*Task statement*: Go through the entries below and print, exactly, the lines starting at the one with "#120=SHAPE_DEFINITION_REPRESENTATION(#7,#119);" and ending at the one with "FreeCAD Python script", keeping both ends and no others.
....
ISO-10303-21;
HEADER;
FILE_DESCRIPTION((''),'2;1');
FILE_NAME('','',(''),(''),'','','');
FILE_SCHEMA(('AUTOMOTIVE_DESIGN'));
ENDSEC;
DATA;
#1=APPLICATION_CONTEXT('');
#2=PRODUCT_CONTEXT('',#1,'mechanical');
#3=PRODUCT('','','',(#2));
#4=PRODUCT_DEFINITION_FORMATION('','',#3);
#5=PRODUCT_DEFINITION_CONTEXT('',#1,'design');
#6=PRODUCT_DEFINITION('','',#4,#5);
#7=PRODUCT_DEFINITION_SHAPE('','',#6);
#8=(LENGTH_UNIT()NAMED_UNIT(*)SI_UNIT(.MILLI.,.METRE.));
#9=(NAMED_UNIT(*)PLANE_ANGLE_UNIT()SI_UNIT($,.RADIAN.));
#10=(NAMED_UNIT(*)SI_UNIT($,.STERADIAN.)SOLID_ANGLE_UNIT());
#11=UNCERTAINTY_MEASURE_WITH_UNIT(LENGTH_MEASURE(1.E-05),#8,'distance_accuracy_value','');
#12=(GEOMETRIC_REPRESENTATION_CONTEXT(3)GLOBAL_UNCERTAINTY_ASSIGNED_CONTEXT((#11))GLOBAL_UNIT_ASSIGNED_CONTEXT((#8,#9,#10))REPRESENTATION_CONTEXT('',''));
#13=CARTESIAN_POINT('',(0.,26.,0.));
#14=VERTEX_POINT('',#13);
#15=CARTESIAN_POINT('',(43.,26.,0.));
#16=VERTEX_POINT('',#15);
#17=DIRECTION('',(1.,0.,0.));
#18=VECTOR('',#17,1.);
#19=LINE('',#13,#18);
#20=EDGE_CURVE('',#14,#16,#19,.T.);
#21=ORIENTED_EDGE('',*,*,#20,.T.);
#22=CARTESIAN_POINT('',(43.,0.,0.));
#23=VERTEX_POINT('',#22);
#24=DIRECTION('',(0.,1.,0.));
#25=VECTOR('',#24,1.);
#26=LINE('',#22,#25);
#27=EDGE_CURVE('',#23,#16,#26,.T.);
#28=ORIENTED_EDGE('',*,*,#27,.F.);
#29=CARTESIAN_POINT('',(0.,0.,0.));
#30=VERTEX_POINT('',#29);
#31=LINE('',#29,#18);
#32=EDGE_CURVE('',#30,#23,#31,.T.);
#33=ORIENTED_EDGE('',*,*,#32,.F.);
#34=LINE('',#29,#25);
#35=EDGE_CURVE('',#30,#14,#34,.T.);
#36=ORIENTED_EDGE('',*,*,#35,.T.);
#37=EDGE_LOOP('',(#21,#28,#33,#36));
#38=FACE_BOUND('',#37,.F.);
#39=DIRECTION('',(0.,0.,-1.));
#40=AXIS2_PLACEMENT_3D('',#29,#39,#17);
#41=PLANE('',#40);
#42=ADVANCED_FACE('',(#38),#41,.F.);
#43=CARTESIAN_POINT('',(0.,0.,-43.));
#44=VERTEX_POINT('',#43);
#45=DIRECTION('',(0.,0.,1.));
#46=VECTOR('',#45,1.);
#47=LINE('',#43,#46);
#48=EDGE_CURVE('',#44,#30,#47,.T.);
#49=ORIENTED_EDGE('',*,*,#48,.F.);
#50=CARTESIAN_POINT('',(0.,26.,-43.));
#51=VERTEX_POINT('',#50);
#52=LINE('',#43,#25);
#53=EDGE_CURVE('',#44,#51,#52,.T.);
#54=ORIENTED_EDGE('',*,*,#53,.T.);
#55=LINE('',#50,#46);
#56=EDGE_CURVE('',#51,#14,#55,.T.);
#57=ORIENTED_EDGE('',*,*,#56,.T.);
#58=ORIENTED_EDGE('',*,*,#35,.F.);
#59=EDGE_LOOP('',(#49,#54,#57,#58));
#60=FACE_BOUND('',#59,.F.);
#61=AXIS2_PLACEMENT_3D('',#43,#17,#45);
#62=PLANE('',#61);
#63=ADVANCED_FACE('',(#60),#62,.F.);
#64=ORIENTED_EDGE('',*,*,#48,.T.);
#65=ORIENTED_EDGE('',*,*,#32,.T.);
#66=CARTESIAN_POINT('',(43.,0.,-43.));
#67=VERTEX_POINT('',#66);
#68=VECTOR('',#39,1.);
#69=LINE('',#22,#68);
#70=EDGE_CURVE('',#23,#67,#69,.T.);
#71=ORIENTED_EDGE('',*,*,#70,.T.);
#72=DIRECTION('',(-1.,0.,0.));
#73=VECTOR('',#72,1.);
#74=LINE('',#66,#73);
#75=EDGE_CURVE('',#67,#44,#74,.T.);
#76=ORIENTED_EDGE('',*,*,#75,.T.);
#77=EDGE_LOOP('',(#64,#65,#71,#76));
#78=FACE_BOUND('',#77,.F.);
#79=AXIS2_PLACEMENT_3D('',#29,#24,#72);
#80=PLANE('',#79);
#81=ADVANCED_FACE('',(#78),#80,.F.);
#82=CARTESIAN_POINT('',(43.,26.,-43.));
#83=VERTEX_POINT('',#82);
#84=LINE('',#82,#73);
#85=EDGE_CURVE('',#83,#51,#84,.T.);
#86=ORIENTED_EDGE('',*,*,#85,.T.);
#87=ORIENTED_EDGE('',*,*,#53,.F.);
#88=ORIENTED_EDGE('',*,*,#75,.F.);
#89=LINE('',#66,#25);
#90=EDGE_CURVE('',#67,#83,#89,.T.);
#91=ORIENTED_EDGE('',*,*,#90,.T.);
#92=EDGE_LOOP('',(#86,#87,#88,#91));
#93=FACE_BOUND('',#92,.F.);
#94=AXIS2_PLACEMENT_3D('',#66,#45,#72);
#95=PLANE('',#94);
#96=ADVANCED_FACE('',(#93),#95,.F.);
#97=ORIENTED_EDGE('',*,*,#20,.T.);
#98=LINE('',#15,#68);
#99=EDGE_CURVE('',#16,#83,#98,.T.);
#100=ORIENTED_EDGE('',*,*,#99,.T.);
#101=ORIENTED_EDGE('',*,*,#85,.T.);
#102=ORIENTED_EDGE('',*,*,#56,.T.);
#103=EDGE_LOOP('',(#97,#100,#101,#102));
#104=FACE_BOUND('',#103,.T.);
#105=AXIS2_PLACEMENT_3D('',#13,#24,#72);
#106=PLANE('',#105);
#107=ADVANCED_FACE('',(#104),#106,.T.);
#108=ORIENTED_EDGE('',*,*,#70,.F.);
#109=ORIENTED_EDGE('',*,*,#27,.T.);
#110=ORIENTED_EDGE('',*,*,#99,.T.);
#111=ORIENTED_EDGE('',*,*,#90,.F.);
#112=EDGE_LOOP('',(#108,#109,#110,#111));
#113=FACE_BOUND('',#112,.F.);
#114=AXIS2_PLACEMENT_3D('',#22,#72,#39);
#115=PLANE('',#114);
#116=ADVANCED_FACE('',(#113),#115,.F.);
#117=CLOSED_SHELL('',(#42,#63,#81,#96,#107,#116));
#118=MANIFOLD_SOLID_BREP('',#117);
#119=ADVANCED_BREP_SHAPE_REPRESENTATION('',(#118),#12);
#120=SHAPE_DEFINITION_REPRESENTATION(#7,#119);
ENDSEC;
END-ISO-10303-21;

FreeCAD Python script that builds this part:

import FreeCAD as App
import Part
import Sketcher
from FreeCAD import Vector
Q = App.Units.Quantity


def add_polygon(sketch, points):
    """Adds a closed chain of lines whose ends are joined by coincident constraints."""
    first, n = sketch.GeometryCount, len(points)
    for a, b in zip(points, points[1:] + points[:1]):
        sketch.addGeometry(Part.LineSegment(App.Vector(*a, 0), App.Vector(*b, 0)), False)
    for i in range(n):
        sketch.addConstraint(Sketcher.Constraint("Coincident", first + i, 2, first + (i + 1) % n, 1))

doc = App.newDocument("Part")
body = doc.addObject("PartDesign::Body", "Body")

# Sketch on XZ plane
sketch1 = body.newObject("Sketcher::SketchObject", "Sketch")
sketch1.AttachmentSupport = (doc.getObject("XZ_Plane"), [""])
sketch1.MapMode = "FlatFace"
add_polygon(sketch1, [(0, -43), (0, 0), (43, 0), (43, -43)])  # lines 0-3
sketch1.addConstraint(Sketcher.Constraint("Vertical", 0))
sketch1.addConstraint(Sketcher.Constraint("Horizontal", 1))
sketch1.addConstraint(Sketcher.Constraint("Vertical", 2))
sketch1.addConstraint(Sketcher.Constraint("Horizontal", 3))
sketch1.addConstraint(Sketcher.Constraint("Coincident", 0, 2, -1, 1))
sketch1.addConstraint(Sketcher.Constraint("Equal", 3, 0))
sketch1.addConstraint(Sketcher.Constraint("DistanceX", 1, 1, 1, 2, Q("43 mm")))
pad1 = body.newObject("PartDesign::Pad", "Pad")
pad1.Profile = sketch1
pad1.Length = 26
pad1.Reversed = True

doc.recompute()
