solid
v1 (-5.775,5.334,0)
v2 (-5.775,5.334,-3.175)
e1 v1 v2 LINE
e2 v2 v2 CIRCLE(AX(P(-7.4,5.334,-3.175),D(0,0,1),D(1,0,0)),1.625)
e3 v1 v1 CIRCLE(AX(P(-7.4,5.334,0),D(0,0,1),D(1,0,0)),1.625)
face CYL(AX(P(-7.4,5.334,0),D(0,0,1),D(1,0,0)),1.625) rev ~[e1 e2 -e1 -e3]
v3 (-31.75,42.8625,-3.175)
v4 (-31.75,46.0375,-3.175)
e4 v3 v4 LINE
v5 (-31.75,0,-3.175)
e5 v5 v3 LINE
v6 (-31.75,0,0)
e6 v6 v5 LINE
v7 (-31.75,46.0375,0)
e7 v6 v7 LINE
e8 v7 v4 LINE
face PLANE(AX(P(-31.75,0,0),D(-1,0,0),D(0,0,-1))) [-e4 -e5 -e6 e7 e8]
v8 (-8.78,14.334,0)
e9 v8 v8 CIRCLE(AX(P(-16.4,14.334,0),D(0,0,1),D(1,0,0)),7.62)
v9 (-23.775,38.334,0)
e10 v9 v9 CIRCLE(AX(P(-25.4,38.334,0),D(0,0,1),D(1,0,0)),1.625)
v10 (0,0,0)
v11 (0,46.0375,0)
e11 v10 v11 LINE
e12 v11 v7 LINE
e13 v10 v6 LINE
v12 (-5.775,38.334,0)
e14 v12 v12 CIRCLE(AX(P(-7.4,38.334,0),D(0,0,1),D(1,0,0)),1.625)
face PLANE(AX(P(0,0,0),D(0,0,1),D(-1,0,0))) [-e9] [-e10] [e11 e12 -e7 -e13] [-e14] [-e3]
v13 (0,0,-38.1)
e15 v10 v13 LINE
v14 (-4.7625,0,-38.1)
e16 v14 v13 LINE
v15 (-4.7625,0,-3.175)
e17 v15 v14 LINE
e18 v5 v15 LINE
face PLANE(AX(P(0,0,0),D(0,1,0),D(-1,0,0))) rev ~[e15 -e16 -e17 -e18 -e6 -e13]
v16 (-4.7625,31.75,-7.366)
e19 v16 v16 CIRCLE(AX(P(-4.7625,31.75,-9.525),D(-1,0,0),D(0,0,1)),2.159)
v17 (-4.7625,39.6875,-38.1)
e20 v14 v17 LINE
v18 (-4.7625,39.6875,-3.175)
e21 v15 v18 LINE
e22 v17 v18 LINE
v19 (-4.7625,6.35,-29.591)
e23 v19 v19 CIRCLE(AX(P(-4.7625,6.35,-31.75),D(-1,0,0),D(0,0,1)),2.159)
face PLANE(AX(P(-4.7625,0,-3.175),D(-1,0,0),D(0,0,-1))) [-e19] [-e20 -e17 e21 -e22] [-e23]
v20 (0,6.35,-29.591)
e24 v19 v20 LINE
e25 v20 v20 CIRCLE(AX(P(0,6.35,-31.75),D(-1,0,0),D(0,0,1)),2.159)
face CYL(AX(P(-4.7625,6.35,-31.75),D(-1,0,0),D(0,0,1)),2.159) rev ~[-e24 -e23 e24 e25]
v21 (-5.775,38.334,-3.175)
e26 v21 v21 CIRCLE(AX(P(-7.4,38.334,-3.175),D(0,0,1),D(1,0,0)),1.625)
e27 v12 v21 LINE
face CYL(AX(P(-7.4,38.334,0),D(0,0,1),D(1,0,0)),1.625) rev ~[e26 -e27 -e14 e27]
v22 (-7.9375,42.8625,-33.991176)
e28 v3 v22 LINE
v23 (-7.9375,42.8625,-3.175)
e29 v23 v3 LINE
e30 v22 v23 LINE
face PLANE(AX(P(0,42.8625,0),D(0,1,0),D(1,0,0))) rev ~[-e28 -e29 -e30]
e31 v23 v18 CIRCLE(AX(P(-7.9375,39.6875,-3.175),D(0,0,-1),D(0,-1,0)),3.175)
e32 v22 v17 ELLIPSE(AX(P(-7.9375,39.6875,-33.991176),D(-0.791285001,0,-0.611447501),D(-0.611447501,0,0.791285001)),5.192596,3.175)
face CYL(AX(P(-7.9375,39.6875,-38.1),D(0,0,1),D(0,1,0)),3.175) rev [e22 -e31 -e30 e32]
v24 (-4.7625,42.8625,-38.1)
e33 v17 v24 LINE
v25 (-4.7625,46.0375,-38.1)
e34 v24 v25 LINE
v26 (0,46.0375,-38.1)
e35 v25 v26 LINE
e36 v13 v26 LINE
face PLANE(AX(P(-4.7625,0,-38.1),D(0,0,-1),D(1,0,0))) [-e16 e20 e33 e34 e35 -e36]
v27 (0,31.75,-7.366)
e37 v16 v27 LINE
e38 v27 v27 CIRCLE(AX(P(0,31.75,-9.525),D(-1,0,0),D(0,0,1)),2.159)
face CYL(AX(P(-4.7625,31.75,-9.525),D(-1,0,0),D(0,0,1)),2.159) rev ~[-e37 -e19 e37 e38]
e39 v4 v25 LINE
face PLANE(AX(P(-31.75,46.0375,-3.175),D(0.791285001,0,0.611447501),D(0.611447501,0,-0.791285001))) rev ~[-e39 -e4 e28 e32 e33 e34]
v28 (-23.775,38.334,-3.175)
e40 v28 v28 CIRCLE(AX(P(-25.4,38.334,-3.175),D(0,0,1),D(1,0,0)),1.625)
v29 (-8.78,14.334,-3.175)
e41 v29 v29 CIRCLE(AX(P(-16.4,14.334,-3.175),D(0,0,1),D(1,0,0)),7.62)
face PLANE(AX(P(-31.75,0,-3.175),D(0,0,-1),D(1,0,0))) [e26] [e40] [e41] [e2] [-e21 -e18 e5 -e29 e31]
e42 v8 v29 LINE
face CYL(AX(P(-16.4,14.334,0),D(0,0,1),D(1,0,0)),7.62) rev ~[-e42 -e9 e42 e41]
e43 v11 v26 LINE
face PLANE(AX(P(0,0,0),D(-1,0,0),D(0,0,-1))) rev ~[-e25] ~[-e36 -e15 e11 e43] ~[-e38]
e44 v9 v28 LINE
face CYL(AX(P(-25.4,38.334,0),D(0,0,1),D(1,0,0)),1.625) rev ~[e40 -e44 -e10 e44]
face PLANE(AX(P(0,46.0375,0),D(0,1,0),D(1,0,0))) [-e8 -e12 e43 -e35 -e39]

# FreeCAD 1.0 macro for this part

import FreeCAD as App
import Part
import Sketcher

V = App.Vector
Q = App.Units.Quantity


def edges_at(feature, points):
    """Names of the edges that pass closest to the given points."""
    edges = feature.Shape.Edges
    near = lambda p: min(range(len(edges)), key=lambda i: edges[i].distToShape(Part.Vertex(*p))[0])
    return sorted({f"Edge{near(p) + 1}" for p in points})

doc = App.newDocument("Part")
body = doc.addObject("PartDesign::Body", "Body")

sketch1 = body.newObject("Sketcher::SketchObject", "Sketch")
sketch1.AttachmentSupport = (doc.getObject("XZ_Plane"), [""])
sketch1.MapMode = "FlatFace"
sketch1.addGeometry([
    Part.LineSegment(V(-31.8, 0, 0), V(0, 0, 0)),
    Part.LineSegment(V(0, 0, 0), V(0, -38.1, 0)),
    Part.LineSegment(V(0, -38.1, 0), V(-4.8, -38.1, 0)),
    Part.LineSegment(V(-4.8, -38.1, 0), V(-4.8, -3.2, 0)),
    Part.LineSegment(V(-4.8, -3.2, 0), V(-31.8, -3.2, 0)),
    Part.LineSegment(V(-31.8, -3.2, 0), V(-31.8, 0, 0)),
], False)
sketch1.addConstraint([
    Sketcher.Constraint("Coincident", 0, 2, 1, 1),
    Sketcher.Constraint("Coincident", 1, 2, 2, 1),
    Sketcher.Constraint("Coincident", 2, 2, 3, 1),
    Sketcher.Constraint("Coincident", 3, 2, 4, 1),
    Sketcher.Constraint("Coincident", 4, 2, 5, 1),
    Sketcher.Constraint("Coincident", 5, 2, 0, 1),
    Sketcher.Constraint("Horizontal", 0),
    Sketcher.Constraint("Vertical", 1),
    Sketcher.Constraint("Horizontal", 2),
    Sketcher.Constraint("Vertical", 3),
    Sketcher.Constraint("Horizontal", 4),
    Sketcher.Constraint("Vertical", 5),
    Sketcher.Constraint("Coincident", 0, 2, -1, 1),
    Sketcher.Constraint("DistanceY", 1, 2, 1, 1, Q("1.5 in")),
    Sketcher.Constraint("DistanceX", 0, 1, 0, 2, Q("1.25 in")),
    Sketcher.Constraint("DistanceX", 2, 2, 2, 1, Q("0.1875 in")),
    Sketcher.Constraint("DistanceY", 5, 1, 5, 2, Q("0.125 in")),
])
pad1 = body.newObject("PartDesign::Pad", "Pad")
pad1.Profile = sketch1
pad1.Length = Q("1.8125 in")
pad1.Reversed = True

sketch2 = body.newObject("Sketcher::SketchObject", "Sketch001")
sketch2.AttachmentSupport = (doc.getObject("XY_Plane"), [""])
sketch2.MapMode = "FlatFace"
sketch2.addGeometry([
    Part.Circle(V(-7.4, 5.3, 0), V(0, 0, 1), 1.6),
    Part.Circle(V(-25.4, 38.3, 0), V(0, 0, 1), 1.6),
    Part.Circle(V(-7.4, 38.3, 0), V(0, 0, 1), 1.6),
    Part.Circle(V(-16.4, 14.3, 0), V(0, 0, 1), 7.6),
], False)
sketch2.addConstraint([
    Sketcher.Constraint("Equal", 0, 1),
    Sketcher.Constraint("Equal", 1, 2),
    Sketcher.Constraint("Horizontal", 1, 3, 2, 3),
    Sketcher.Constraint("Vertical", 0, 3, 2, 3),
    Sketcher.Constraint("Diameter", 3, Q("0.6 in")),
    Sketcher.Constraint("Diameter", 0, 3.25),
    Sketcher.Constraint("DistanceY", -1, 1, 0, 3, Q("0.21 in")),
    Sketcher.Constraint("DistanceX", 1, 3, -1, 1, Q("1 in")),
    Sketcher.Constraint("DistanceX", 1, 3, 0, 3, 18.0),
    Sketcher.Constraint("DistanceY", 0, 3, 1, 3, 33.0),
    Sketcher.Constraint("DistanceX", 3, 3, 0, 3, 9.0),
    Sketcher.Constraint("DistanceY", 0, 3, 3, 3, 9.0),
])
pocket1 = body.newObject("PartDesign::Pocket", "Pocket")
pocket1.Profile = sketch2
pocket1.Length = Q("1.8125 in")

sketch3 = body.newObject("Sketcher::SketchObject", "Sketch002")
sketch3.AttachmentSupport = (doc.getObject("XZ_Plane"), [""])
sketch3.MapMode = "FlatFace"
sketch3.AttachmentOffset = App.Placement(V(0, 0, -1.8125 * 25.4), App.Rotation())
sketch3.addGeometry([
    Part.LineSegment(V(-5, -3, 0), V(-5, -38, 0)),
    Part.LineSegment(V(-5, -38, 0), V(-32, -3, 0)),
    Part.LineSegment(V(-32, -3, 0), V(-5, -3, 0)),
], False)
sketch3.addConstraint([
    Sketcher.Constraint("Coincident", 0, 2, 1, 1),
    Sketcher.Constraint("Coincident", 1, 2, 2, 1),
    Sketcher.Constraint("Coincident", 2, 2, 0, 1),
    Sketcher.Constraint("Vertical", 0),
    Sketcher.Constraint("Horizontal", 2),
    Sketcher.Constraint("DistanceY", 0, 2, -1, 1, Q("1.5 in")),
    Sketcher.Constraint("DistanceX", 2, 1, 2, 2, Q("1.0625 in")),
    Sketcher.Constraint("DistanceY", 0, 2, 0, 1, Q("1.375 in")),
    Sketcher.Constraint("DistanceX", 1, 2, -1, 1, Q("1.25 in")),
])
pad2 = body.newObject("PartDesign::Pad", "Pad001")
pad2.Profile = sketch3
pad2.Length = Q("0.125 in")

sketch4 = body.newObject("Sketcher::SketchObject", "Sketch003")
sketch4.AttachmentSupport = (doc.getObject("YZ_Plane"), [""])
sketch4.MapMode = "FlatFace"
sketch4.AttachmentOffset = App.Placement(V(0, 0, -0.1875 * 25.4), App.Rotation())
sketch4.addGeometry([
    Part.Circle(V(31.8, -9.5, 0), V(0, 0, 1), 2.2),
    Part.Circle(V(6.3, -31.8, 0), V(0, 0, 1), 2.2),
], False)
sketch4.addConstraint([
    Sketcher.Constraint("Equal", 0, 1),
    Sketcher.Constraint("Diameter", 0, Q("0.17 in")),
    Sketcher.Constraint("DistanceX", -1, 1, 1, 3, Q("0.25 in")),
    Sketcher.Constraint("DistanceX", 1, 3, 0, 3, Q("1 in")),
    Sketcher.Constraint("DistanceY", 1, 3, -1, 1, Q("1.25 in")),
    Sketcher.Constraint("DistanceY", 0, 3, -1, 1, Q("0.375 in")),
])
pocket2 = body.newObject("PartDesign::Pocket", "Pocket001")
pocket2.Profile = sketch4
pocket2.Type = "ThroughAll"
pocket2.Reversed = True
doc.recompute()

fillet = body.newObject("PartDesign::Fillet", "Fillet")
fillet.Base = (pocket2, edges_at(pocket2, [(-4.763, 42.862, -20.637)]))
fillet.Radius = Q("0.125 in")

doc.recompute()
....
*Written solution*:
#120=SHAPE_DEFINITION_REPRESENTATION(#7,#119);
ENDSEC;
END-ISO-10303-21;

FreeCAD Python script that builds this part:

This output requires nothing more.